◆ Description of the task
Using the records below, write out again exactly the lines that begin at the line containing "f 151 83 82" and end at the line containing "f 88 159 87", and no other lines.

◆ Data
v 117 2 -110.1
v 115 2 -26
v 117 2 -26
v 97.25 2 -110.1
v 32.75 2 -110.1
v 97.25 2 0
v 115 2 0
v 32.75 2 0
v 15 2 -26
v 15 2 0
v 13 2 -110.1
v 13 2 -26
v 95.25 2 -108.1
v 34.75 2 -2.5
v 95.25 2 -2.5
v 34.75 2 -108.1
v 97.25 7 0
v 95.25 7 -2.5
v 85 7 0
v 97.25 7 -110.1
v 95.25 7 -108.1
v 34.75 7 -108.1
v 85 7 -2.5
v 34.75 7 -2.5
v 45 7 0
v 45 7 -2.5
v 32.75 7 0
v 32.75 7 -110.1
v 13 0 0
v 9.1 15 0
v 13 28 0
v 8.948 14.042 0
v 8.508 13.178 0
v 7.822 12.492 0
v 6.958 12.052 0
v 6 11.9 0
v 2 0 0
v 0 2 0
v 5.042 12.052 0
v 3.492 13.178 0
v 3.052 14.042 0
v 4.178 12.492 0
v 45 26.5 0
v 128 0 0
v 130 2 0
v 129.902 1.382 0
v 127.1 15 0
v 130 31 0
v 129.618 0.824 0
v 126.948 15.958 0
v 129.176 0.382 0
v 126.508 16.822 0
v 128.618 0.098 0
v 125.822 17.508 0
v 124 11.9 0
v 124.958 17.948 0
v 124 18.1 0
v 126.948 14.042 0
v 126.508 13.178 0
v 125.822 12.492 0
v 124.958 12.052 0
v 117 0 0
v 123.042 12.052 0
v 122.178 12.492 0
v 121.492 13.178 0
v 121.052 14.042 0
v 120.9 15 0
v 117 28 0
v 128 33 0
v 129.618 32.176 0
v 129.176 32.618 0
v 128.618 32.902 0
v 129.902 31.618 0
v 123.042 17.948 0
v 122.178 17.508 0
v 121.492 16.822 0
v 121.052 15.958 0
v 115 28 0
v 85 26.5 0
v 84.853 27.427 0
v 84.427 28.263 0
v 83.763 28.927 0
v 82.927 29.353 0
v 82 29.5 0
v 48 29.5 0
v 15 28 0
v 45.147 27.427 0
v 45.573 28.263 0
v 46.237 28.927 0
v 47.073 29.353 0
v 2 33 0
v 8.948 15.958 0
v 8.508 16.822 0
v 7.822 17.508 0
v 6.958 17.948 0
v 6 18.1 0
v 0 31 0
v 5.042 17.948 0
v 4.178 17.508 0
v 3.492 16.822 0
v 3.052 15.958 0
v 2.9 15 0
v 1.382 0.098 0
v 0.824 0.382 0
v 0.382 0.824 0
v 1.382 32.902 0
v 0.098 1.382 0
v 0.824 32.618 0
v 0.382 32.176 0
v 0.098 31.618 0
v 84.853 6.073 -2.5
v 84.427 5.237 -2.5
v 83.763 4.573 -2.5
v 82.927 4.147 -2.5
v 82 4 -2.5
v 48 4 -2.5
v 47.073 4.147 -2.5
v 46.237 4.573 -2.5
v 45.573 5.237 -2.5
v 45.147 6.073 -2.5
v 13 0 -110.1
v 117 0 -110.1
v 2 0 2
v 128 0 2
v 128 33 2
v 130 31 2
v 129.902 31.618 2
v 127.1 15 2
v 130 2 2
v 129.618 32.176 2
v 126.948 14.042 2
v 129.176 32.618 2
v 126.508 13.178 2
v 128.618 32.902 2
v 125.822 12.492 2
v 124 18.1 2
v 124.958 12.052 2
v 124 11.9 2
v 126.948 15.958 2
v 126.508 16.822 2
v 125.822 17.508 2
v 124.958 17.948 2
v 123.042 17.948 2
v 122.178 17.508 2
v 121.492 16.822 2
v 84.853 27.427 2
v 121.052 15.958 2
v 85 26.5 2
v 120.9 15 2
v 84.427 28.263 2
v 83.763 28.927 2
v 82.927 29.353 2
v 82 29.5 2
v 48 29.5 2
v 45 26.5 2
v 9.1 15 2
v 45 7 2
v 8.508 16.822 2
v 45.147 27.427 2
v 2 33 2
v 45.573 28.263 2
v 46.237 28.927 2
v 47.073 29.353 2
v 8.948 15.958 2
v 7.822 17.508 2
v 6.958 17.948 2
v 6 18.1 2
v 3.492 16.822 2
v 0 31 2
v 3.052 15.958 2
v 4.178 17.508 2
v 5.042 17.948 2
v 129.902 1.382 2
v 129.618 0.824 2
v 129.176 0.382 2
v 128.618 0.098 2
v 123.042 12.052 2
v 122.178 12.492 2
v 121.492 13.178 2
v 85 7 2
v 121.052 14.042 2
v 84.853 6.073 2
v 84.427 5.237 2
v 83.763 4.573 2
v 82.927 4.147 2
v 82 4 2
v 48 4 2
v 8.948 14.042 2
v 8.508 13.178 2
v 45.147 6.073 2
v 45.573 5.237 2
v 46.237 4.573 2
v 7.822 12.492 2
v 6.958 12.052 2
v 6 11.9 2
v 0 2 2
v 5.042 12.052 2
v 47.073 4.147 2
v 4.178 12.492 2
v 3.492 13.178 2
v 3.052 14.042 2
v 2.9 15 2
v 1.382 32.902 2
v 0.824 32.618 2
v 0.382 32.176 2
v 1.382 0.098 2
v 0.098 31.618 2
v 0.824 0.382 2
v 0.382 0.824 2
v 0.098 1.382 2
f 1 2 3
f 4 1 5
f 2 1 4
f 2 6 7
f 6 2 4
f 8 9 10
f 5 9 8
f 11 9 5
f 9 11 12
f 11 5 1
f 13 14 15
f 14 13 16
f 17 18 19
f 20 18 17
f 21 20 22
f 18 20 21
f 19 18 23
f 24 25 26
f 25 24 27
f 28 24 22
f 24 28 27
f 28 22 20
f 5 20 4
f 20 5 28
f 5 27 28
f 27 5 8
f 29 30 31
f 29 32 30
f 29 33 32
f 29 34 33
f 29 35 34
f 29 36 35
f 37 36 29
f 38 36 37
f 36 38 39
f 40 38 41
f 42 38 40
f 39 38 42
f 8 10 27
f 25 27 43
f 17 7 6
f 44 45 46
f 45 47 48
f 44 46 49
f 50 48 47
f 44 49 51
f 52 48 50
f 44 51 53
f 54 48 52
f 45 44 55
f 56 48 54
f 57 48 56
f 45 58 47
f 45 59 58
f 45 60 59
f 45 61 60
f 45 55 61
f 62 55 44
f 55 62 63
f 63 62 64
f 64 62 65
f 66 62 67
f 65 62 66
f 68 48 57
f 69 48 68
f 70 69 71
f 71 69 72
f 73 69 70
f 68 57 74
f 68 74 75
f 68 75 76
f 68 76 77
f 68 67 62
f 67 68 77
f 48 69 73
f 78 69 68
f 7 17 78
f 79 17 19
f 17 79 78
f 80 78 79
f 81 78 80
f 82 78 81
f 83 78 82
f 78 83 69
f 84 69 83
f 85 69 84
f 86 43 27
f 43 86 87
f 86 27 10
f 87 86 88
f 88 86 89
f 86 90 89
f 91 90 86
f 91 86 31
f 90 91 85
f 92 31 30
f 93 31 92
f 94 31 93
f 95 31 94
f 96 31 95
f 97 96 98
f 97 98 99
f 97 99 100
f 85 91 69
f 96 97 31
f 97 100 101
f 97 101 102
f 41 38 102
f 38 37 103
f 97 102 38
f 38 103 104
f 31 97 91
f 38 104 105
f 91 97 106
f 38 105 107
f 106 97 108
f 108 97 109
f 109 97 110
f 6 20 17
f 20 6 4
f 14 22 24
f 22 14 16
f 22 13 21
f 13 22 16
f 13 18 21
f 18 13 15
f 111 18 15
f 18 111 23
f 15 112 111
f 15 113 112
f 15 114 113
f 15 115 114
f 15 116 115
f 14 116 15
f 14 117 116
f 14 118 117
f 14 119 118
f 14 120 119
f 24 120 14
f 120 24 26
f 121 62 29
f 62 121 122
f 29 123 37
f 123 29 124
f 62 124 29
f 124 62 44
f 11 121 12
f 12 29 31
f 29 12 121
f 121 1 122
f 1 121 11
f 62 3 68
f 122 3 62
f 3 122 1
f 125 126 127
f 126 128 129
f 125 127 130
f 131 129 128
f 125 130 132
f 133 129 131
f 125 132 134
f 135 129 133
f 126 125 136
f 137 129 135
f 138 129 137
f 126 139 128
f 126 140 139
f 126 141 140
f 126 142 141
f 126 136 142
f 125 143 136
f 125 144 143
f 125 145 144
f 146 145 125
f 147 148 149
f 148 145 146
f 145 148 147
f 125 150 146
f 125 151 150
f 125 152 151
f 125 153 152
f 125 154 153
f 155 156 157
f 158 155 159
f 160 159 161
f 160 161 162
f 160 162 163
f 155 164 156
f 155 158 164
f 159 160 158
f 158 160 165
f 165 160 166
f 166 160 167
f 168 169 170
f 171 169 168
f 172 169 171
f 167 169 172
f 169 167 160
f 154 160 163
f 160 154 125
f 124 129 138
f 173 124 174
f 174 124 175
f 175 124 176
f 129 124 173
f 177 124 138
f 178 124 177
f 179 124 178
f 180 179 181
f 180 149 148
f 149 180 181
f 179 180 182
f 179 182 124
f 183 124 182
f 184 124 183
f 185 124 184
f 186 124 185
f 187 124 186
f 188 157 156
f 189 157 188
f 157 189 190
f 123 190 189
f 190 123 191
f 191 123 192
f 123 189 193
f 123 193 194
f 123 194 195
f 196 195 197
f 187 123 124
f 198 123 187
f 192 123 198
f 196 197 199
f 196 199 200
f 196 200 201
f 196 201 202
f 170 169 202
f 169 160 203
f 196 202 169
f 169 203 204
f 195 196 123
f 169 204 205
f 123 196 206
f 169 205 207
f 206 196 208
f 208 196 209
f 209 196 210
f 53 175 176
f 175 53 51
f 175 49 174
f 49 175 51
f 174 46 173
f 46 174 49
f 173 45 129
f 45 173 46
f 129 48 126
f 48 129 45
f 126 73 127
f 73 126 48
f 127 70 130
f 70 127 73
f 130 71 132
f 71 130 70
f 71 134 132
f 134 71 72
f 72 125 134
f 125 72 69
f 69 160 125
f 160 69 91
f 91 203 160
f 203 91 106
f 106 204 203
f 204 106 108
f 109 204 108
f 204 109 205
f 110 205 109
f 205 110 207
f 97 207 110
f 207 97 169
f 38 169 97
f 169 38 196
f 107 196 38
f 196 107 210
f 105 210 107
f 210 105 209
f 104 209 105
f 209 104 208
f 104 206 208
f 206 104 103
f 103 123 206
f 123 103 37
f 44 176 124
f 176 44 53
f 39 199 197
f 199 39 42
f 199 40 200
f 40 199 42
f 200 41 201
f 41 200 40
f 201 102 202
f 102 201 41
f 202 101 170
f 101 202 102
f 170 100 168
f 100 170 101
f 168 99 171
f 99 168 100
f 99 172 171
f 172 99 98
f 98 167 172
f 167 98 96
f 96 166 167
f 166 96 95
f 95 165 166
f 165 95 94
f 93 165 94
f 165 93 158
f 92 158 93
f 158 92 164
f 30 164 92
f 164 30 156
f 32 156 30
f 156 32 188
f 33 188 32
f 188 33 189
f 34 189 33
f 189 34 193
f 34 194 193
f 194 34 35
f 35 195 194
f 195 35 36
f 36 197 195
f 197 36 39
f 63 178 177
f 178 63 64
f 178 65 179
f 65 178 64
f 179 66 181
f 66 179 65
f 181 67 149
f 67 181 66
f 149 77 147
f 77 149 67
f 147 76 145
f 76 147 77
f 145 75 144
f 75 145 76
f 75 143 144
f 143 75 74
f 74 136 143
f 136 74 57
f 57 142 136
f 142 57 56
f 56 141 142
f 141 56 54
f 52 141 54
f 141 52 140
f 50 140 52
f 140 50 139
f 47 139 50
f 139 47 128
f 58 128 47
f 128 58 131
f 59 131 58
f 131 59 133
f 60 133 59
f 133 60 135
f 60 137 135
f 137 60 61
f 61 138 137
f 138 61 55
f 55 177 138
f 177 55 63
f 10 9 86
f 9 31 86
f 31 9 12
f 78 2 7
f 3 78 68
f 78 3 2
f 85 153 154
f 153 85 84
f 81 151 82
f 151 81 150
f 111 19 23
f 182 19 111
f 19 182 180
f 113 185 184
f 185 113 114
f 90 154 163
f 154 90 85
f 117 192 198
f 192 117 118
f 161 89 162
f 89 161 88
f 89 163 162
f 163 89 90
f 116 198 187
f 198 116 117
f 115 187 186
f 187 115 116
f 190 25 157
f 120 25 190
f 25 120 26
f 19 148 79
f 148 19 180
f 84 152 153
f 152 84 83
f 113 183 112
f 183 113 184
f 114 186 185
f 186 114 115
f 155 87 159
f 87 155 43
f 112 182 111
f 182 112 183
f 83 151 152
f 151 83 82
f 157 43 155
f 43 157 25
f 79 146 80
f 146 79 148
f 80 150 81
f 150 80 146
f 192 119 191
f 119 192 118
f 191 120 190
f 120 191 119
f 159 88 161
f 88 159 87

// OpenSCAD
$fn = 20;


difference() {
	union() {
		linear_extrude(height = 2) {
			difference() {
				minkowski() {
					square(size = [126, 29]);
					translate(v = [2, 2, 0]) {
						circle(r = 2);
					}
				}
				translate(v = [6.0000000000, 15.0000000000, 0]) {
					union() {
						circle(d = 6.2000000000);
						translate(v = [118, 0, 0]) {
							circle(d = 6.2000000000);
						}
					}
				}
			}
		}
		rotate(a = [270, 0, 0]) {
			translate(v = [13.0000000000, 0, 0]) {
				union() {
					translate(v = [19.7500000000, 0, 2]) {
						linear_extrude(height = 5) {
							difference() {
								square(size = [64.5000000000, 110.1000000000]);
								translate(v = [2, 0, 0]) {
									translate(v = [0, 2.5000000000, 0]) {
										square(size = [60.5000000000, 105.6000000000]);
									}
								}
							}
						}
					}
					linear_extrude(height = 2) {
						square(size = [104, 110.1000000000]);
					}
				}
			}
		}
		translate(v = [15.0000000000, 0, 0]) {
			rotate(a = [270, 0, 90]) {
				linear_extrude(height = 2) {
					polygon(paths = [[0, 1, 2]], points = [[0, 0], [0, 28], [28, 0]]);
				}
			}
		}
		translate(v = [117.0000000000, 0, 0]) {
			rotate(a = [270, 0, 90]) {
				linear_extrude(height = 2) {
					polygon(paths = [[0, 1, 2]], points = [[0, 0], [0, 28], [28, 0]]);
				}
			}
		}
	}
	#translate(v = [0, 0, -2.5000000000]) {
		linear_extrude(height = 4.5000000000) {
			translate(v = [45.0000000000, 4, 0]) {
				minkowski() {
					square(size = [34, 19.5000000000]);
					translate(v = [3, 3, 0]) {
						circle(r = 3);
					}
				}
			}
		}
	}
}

◆ Exercise output
f 151 83 82
f 157 43 155
f 43 157 25
f 79 146 80
f 146 79 148
f 80 150 81
f 150 80 146
f 192 119 191
f 119 192 118
f 191 120 190
f 120 191 119
f 159 88 161
f 88 159 87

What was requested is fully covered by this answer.